Figure the rest out. Align the new bush close enough and get it started with a wooden mallet. Make sure you do not damage your shock, go easy, use the edge of a bench or curb. No special preparing of bushing required, a little white grease that's all.

Yay, now my stumpy rear end is rock-solid again.

Here's the pix


----------



## misctwo (Oct 24, 2004)

awesome. thanks, this def. needed a bump!


----------



## Full Mountain (Mar 30, 2005)

as an alternate to the washers and spacers...sockets of the approprate od work well too

DMR


----------



## bwolmarans (May 25, 2005)

Regarding sockets as an alternative, no that won't work. Did you actuallly try it?


----------



## RockyRider (Nov 21, 2004)

bwolmarans said:


> Regarding sockets as an alternative, no that won't work. Did you actuallly try it?


Sockets and a soft jawed (aluminum) bench vise are all I've ever used. It works like a champ.


----------



## Full Mountain (Mar 30, 2005)

bwolmarans said:


> Regarding sockets as an alternative, no that won't work. Did you actuallly try it?


ummm yeah...used in the aircraft industry all the time

DMR


----------



## bwolmarans (May 25, 2005)

No, no did you use it. For a bike shock. See the difference?
Rocky Rider, what size worked. I tried every size, either too large and would slip off the edge of the shock, or too small, wouldn't let the bushing slide out.


----------



## markom (Jan 21, 2004)

bwolmarans said:


> No, no did you use it. For a bike shock. See the difference?
> Rocky Rider, what size worked. I tried every size, either too large and would slip off the edge of the shock, or too small, wouldn't let the bushing slide out.
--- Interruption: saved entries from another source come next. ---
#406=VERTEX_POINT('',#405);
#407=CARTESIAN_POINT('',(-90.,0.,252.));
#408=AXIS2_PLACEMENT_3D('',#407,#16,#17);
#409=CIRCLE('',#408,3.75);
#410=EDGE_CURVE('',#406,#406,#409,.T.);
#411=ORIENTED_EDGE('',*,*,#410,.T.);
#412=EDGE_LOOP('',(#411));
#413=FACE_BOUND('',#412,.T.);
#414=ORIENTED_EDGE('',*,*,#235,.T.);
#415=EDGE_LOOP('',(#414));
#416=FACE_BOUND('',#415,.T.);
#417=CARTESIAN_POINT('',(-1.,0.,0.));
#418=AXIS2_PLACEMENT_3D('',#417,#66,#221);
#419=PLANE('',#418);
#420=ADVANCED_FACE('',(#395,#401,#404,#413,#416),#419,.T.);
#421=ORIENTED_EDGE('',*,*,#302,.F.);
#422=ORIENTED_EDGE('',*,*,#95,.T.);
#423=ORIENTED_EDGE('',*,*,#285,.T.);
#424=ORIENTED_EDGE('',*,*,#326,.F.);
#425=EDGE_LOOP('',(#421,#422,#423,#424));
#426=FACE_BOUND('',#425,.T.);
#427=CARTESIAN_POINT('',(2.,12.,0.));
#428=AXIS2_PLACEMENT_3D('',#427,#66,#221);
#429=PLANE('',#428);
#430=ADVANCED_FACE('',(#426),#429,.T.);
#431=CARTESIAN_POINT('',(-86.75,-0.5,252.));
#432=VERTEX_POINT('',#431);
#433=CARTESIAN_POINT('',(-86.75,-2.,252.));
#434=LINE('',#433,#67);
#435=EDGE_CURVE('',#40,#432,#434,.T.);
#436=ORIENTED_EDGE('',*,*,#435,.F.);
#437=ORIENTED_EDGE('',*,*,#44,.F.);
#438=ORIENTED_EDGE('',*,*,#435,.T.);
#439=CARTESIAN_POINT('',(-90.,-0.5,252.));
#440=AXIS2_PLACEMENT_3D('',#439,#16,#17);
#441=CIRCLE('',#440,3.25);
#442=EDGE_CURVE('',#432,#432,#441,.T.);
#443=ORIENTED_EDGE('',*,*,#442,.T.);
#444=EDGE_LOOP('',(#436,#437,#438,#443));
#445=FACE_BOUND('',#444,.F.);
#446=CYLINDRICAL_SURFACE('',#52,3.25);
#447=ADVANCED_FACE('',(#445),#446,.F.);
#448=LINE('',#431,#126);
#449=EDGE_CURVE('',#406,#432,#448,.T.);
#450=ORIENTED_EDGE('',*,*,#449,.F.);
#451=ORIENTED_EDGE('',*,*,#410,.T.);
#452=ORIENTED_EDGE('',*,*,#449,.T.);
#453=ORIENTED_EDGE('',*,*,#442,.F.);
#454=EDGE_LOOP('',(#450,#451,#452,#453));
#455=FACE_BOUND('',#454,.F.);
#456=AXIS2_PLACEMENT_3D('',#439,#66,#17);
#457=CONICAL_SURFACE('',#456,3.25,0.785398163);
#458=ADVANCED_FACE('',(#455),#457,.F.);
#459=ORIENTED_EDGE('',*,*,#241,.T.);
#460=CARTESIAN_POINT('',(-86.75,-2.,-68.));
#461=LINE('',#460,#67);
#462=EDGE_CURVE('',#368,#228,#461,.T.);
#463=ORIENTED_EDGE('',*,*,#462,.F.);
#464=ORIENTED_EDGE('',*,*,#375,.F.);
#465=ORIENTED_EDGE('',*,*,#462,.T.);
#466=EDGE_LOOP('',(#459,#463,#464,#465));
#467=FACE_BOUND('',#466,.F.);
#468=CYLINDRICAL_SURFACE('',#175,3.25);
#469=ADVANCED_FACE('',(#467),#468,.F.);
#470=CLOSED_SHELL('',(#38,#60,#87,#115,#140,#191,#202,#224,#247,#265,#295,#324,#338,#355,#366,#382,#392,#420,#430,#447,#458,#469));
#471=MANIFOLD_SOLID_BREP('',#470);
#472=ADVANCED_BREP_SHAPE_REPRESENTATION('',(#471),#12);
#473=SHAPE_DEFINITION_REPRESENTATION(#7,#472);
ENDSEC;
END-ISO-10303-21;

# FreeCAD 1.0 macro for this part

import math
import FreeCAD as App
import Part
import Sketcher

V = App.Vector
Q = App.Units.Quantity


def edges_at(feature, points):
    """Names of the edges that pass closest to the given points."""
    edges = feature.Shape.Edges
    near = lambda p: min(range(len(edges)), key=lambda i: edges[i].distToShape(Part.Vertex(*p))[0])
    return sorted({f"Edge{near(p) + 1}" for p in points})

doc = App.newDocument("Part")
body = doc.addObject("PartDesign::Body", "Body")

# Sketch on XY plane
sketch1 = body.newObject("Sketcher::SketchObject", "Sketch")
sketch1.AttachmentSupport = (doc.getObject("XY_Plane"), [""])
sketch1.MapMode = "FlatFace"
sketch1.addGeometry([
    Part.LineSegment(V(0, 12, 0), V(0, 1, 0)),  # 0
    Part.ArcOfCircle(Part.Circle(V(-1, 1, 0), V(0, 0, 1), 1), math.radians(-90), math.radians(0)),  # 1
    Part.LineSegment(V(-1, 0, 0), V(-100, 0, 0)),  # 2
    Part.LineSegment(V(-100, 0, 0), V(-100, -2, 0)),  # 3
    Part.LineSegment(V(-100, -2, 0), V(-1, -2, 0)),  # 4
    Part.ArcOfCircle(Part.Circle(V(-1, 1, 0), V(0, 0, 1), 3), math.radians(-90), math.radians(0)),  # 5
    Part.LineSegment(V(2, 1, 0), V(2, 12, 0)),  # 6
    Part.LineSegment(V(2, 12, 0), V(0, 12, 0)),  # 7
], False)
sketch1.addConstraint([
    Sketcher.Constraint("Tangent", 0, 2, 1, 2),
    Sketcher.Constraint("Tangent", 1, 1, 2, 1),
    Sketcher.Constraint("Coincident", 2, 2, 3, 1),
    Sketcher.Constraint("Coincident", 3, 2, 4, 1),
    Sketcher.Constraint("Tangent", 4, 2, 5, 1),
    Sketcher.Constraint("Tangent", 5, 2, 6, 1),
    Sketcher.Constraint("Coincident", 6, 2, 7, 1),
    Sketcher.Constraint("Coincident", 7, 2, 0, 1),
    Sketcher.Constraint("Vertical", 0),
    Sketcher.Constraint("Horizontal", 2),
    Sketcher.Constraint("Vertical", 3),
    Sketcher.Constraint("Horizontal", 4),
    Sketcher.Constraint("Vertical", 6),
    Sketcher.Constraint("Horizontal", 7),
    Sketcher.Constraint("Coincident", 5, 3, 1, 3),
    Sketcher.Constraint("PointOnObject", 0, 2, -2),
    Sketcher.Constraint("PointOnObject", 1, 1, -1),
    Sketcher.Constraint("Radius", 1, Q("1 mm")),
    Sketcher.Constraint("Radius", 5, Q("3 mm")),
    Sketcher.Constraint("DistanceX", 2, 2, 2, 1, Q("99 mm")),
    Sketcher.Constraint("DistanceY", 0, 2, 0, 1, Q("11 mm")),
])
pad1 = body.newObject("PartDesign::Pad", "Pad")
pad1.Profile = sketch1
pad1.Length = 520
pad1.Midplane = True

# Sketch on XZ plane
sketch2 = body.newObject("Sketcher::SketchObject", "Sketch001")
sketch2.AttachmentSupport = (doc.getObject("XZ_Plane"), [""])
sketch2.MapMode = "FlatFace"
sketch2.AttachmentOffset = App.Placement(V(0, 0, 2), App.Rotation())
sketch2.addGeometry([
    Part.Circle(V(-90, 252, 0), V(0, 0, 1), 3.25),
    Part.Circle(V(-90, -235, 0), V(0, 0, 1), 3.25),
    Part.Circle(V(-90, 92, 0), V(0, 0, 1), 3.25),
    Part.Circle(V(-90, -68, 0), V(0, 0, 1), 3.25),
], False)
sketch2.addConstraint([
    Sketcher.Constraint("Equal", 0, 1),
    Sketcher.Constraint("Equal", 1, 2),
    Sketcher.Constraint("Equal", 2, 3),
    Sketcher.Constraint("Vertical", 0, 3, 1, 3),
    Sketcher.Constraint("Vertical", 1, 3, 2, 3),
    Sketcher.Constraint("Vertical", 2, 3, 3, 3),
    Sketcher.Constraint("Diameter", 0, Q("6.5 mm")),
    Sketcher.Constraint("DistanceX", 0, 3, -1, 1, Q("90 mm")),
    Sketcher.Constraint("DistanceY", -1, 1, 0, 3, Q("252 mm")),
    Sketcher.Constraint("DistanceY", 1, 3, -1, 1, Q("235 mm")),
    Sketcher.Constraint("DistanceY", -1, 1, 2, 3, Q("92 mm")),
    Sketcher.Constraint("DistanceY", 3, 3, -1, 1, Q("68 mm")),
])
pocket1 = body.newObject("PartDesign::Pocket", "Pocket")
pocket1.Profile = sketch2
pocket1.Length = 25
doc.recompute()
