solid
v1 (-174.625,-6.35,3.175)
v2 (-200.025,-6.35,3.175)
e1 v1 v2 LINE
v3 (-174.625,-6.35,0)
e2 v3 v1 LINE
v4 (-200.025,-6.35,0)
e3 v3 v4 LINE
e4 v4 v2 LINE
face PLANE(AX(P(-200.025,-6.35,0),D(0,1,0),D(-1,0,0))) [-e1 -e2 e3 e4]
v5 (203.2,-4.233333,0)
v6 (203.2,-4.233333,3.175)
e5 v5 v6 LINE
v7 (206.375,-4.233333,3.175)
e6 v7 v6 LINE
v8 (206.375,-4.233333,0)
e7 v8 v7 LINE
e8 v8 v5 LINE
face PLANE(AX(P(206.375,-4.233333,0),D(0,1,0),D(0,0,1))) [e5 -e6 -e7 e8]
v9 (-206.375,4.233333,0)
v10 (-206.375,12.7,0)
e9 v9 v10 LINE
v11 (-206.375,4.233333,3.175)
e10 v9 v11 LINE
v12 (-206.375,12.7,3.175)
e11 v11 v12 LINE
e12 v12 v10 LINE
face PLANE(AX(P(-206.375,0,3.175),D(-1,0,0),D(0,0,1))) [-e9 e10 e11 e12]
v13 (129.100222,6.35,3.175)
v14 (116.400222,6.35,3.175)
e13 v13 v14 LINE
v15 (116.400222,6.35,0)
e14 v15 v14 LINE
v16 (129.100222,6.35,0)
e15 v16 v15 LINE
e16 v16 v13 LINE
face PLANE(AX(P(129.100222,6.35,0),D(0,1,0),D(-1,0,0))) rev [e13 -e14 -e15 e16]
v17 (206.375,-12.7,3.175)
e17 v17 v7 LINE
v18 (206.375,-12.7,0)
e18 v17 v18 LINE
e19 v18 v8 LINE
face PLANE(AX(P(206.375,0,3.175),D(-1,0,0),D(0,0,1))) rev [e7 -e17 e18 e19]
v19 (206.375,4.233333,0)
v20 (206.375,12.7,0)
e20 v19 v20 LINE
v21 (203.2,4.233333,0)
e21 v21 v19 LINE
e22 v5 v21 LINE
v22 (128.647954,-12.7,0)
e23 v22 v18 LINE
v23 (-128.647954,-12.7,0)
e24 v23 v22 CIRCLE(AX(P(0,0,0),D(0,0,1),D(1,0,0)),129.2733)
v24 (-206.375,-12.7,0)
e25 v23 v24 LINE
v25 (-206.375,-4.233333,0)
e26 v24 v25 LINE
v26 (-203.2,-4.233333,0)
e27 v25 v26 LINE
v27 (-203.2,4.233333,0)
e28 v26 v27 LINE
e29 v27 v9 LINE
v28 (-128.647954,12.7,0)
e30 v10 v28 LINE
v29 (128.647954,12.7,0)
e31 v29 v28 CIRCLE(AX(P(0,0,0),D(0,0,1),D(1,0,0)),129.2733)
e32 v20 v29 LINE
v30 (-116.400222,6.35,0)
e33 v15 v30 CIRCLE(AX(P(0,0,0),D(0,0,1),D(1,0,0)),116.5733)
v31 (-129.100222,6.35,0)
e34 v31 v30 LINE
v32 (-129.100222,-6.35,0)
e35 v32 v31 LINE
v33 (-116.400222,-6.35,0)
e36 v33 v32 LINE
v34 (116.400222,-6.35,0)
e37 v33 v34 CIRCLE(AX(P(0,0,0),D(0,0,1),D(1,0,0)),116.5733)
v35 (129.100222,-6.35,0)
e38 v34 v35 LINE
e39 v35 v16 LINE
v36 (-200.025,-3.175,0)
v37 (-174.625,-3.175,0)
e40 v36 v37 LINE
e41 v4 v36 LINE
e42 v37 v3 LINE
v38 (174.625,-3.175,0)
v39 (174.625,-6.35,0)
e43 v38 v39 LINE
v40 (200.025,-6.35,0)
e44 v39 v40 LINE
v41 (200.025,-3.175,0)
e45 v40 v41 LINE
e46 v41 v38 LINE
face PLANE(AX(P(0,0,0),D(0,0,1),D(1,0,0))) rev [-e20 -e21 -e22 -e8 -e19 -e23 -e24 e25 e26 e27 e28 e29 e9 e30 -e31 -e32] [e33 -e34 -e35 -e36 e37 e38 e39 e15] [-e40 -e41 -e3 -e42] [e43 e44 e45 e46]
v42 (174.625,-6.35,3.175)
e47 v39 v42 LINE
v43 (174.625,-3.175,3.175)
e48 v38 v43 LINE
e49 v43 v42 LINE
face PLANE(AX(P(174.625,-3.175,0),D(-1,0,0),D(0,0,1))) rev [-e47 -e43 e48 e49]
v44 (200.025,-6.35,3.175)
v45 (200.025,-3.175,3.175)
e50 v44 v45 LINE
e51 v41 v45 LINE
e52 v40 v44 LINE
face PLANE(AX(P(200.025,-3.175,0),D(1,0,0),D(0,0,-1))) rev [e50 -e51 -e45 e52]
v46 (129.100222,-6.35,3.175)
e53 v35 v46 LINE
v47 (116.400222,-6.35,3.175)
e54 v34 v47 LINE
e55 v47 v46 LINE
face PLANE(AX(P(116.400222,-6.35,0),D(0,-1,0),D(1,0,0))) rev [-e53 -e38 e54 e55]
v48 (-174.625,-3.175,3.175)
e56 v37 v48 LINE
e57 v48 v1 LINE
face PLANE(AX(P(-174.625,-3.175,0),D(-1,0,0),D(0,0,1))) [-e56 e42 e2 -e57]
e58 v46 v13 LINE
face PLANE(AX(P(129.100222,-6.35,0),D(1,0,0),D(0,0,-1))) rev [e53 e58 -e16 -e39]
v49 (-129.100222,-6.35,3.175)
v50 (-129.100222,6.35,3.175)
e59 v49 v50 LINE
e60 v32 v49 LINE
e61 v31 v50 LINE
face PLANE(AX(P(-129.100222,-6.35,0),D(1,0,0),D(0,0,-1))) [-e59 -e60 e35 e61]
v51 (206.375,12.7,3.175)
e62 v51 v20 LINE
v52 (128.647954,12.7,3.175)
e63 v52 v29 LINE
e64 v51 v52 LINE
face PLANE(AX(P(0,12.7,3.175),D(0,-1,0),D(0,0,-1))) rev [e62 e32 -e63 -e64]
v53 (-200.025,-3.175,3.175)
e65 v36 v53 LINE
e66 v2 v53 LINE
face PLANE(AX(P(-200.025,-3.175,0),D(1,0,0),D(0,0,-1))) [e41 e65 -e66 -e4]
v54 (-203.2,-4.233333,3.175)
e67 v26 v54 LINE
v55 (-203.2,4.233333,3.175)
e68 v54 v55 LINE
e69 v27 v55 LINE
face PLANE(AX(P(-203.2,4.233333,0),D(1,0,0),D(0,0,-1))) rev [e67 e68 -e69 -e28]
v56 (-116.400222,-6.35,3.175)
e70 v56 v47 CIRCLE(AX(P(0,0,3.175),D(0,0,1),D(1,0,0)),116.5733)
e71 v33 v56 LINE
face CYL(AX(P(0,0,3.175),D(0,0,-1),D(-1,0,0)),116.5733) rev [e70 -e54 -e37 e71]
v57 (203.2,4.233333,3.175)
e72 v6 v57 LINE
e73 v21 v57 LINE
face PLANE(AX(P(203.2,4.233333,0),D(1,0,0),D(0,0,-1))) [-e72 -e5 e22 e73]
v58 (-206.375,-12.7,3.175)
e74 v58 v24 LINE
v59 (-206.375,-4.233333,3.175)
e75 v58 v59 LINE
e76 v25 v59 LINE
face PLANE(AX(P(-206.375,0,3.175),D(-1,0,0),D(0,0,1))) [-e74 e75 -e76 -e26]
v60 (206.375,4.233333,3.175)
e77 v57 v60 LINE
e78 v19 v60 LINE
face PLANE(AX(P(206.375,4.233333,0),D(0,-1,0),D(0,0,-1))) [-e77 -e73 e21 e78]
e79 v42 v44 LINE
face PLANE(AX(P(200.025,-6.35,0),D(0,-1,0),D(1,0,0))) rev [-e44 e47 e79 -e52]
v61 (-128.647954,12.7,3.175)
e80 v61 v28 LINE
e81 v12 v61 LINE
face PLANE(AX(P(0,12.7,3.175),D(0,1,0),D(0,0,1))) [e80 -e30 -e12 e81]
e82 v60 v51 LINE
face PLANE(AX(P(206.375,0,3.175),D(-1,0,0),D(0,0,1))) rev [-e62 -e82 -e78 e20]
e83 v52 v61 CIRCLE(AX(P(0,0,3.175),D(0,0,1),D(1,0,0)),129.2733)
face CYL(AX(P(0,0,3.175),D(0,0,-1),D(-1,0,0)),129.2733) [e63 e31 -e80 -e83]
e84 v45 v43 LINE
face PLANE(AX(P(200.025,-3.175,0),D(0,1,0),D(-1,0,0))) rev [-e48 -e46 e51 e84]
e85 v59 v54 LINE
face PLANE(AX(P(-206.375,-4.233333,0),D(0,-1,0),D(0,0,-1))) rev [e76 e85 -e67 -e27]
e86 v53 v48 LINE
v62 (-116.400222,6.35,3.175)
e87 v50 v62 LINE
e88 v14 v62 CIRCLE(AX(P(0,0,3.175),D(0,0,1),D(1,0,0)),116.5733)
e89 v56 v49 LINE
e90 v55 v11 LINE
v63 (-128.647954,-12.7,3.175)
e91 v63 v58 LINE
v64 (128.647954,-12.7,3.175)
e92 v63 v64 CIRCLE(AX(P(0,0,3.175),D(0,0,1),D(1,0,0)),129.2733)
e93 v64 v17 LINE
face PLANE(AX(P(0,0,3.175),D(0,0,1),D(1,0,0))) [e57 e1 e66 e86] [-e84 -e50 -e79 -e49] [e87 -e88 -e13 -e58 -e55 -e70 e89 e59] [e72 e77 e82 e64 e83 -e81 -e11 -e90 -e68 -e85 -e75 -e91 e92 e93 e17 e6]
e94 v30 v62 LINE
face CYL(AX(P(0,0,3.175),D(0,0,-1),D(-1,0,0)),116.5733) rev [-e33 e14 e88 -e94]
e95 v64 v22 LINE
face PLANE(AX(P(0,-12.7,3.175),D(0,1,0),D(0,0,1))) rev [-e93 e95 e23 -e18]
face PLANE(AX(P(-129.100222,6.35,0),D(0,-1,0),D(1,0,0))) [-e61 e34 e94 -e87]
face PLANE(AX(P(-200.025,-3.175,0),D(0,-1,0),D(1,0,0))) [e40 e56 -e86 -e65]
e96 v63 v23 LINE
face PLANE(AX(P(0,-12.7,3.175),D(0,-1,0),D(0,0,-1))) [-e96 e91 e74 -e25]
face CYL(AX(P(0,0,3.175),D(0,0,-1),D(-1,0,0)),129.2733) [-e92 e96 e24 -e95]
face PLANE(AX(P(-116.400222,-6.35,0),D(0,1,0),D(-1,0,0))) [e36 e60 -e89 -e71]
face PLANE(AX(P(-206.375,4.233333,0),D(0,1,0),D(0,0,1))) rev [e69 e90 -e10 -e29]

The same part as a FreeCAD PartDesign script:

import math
import FreeCAD as App
import Part
import Sketcher
from FreeCAD import Vector
Q = App.Units.Quantity

doc = App.newDocument("Part")
params = doc.addObject("Spreadsheet::Sheet", "Params")
for row, (alias, value) in enumerate([
    ("sketch1_height", "1 in"),
    ("sketch1_diameter", "9.179 in"),
    ("pad1_length", "0.125 in"),
    ("sketch2_width", "0.125 in"),
    ("pocket1_length", "0.125 in"),
    ("sketch3_width", "0.5 in"),
    ("pocket2_length", "0.125 in"),
    ("sketch4_width", "1 in"),
    ("sketch4_height", "0.125 in"),
    ("pocket3_length", "0.125 in"),
], start=1):
    params.set(f"A{row}", alias)
    params.set(f"B{row}", "=" + value)
    params.setAlias(f"B{row}", alias)

body = doc.addObject("PartDesign::Body", "Body")

sketch1 = body.newObject("Sketcher::SketchObject", "Sketch")
sketch1.AttachmentSupport = (doc.getObject("XY_Plane"), [""])
sketch1.MapMode = "FlatFace"
sketch1.addGeometry([
    Part.LineSegment(Vector(-206, -13, 0), Vector(-129, -13, 0)),
    Part.ArcOfCircle(Part.Circle(Vector(0, 0, 0), Vector(0, 0, 1), 129), math.radians(-174), math.radians(-6)),
    Part.LineSegment(Vector(129, -13, 0), Vector(206, -13, 0)),
    Part.LineSegment(Vector(206, -13, 0), Vector(206, 13, 0)),
    Part.LineSegment(Vector(206, 13, 0), Vector(129, 13, 0)),
    Part.ArcOfCircle(Part.Circle(Vector(0, 0, 0), Vector(0, 0, 1), 129), math.radians(6), math.radians(174)),
    Part.LineSegment(Vector(-129, 13, 0), Vector(-206, 13, 0)),
    Part.LineSegment(Vector(-206, 13, 0), Vector(-206, -13, 0)),
    Part.Circle(Vector(0, 0, 0), Vector(0, 0, 1), 117),
], False)
sketch1.addConstraint([
    Sketcher.Constraint("Coincident", 0, 2, 1, 1),
    Sketcher.Constraint("Coincident", 1, 2, 2, 1),
    Sketcher.Constraint("Coincident", 2, 2, 3, 1),
    Sketcher.Constraint("Coincident", 3, 2, 4, 1),
    Sketcher.Constraint("Coincident", 4, 2, 5, 1),
    Sketcher.Constraint("Coincident", 5, 2, 6, 1),
    Sketcher.Constraint("Coincident", 6, 2, 7, 1),
    Sketcher.Constraint("Coincident", 7, 2, 0, 1),
    Sketcher.Constraint("Horizontal", 0),
    Sketcher.Constraint("Horizontal", 2),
It works. Don't recall the size but I got the size which was slightly bigger than the bushing + couple of spacers. No hammering on the shock was needed.

For even more ghetto solution you can use front wheel skewer instead of allen bolt and nut..


----------



## nepbug (Sep 3, 2004)

I've used sockets.
Socket size doesn't really matter that much because the one I used was some generic I had lying around and the Husky and Craftsman equivalents (same size socket) that I had did not have the same outer diameter as this. Just trial, error and a little bit of luck to be able to find a socket that will work.


----------



## cort (Mar 29, 2004)

markom said:


> It works. Don't recall the size but I got the size which was slightly bigger than the bushing + couple of spacers. No hammering on the shock was needed.
> 
> I recall it being a 10mm socket - works quite well if you watch what you are doing (not being a hack about it)


----------



## skywaybuzz (Dec 31, 2003)

10mm to push into a 15mm with its side shaved a bit to get closer over the hole.


----------



## oldn0tded (May 20, 2006)

I like your jig, but tell me: Where do you get the DU bushings?


----------



## SteveUK (Apr 16, 2006)

The freehub body retaining bolt from a Shimano hub fits the DU bush on Fox and Stratos shocks perfectly.


----------



## updownride (May 17, 2006)

10mm pushing into a larger one on the workbench vice to remove bushing, just the vice to push in new bushing, just did it a couple nights ago. not fox though


----------



## FSRslug (Mar 8, 2004)

*Simple Tool*

This is a rather simple tool. I quick made a model of it so you get the idea. Rock Shox sells this. The middle portion of the tool has a diameter that new eyelet bushings slide onto, set the shock on a 15mm socket on a solid surface with the old bushing still in. set the tool with the new bushing ontop of the eyelet and pound until it stops. The old bushing comes out, new bushing goes in. Really easy to use. Also the smaller little nub on the end will fit into the lowers of fork legs and allow you to pound on them when installing bushing in the fork. Don't know the costs of the tool, but anyone with access to a lathe could have this made relatively cheaply.


----------



## MTBKauai (Mar 20, 2004)

Great thread. Saved me a ton of time tracking down a "real" press. Mahalo.


----------



## geeride7 (Jul 9, 2006)

bwolmarans said:


> Ghetto tools, here's another entry.
> Use to get the bushings out and put the new ones in.
> And you need a wooden mallet and a good solid workbench or curb ( I used both ) to get the bushes started.
> 
> ...


Very nice, you saved me a bunch of time and money, thanks! I have a couple alternatives to the brass bearing that I had laying around in my basement.
1/2" sweat copper coupler
1/2" male FIP X 1/2" sweat copper coupler (better, more ridgid)
Readily available, if you live in a country with antiquated measuring systems. Cheap, under $1 at a hardware store.


----------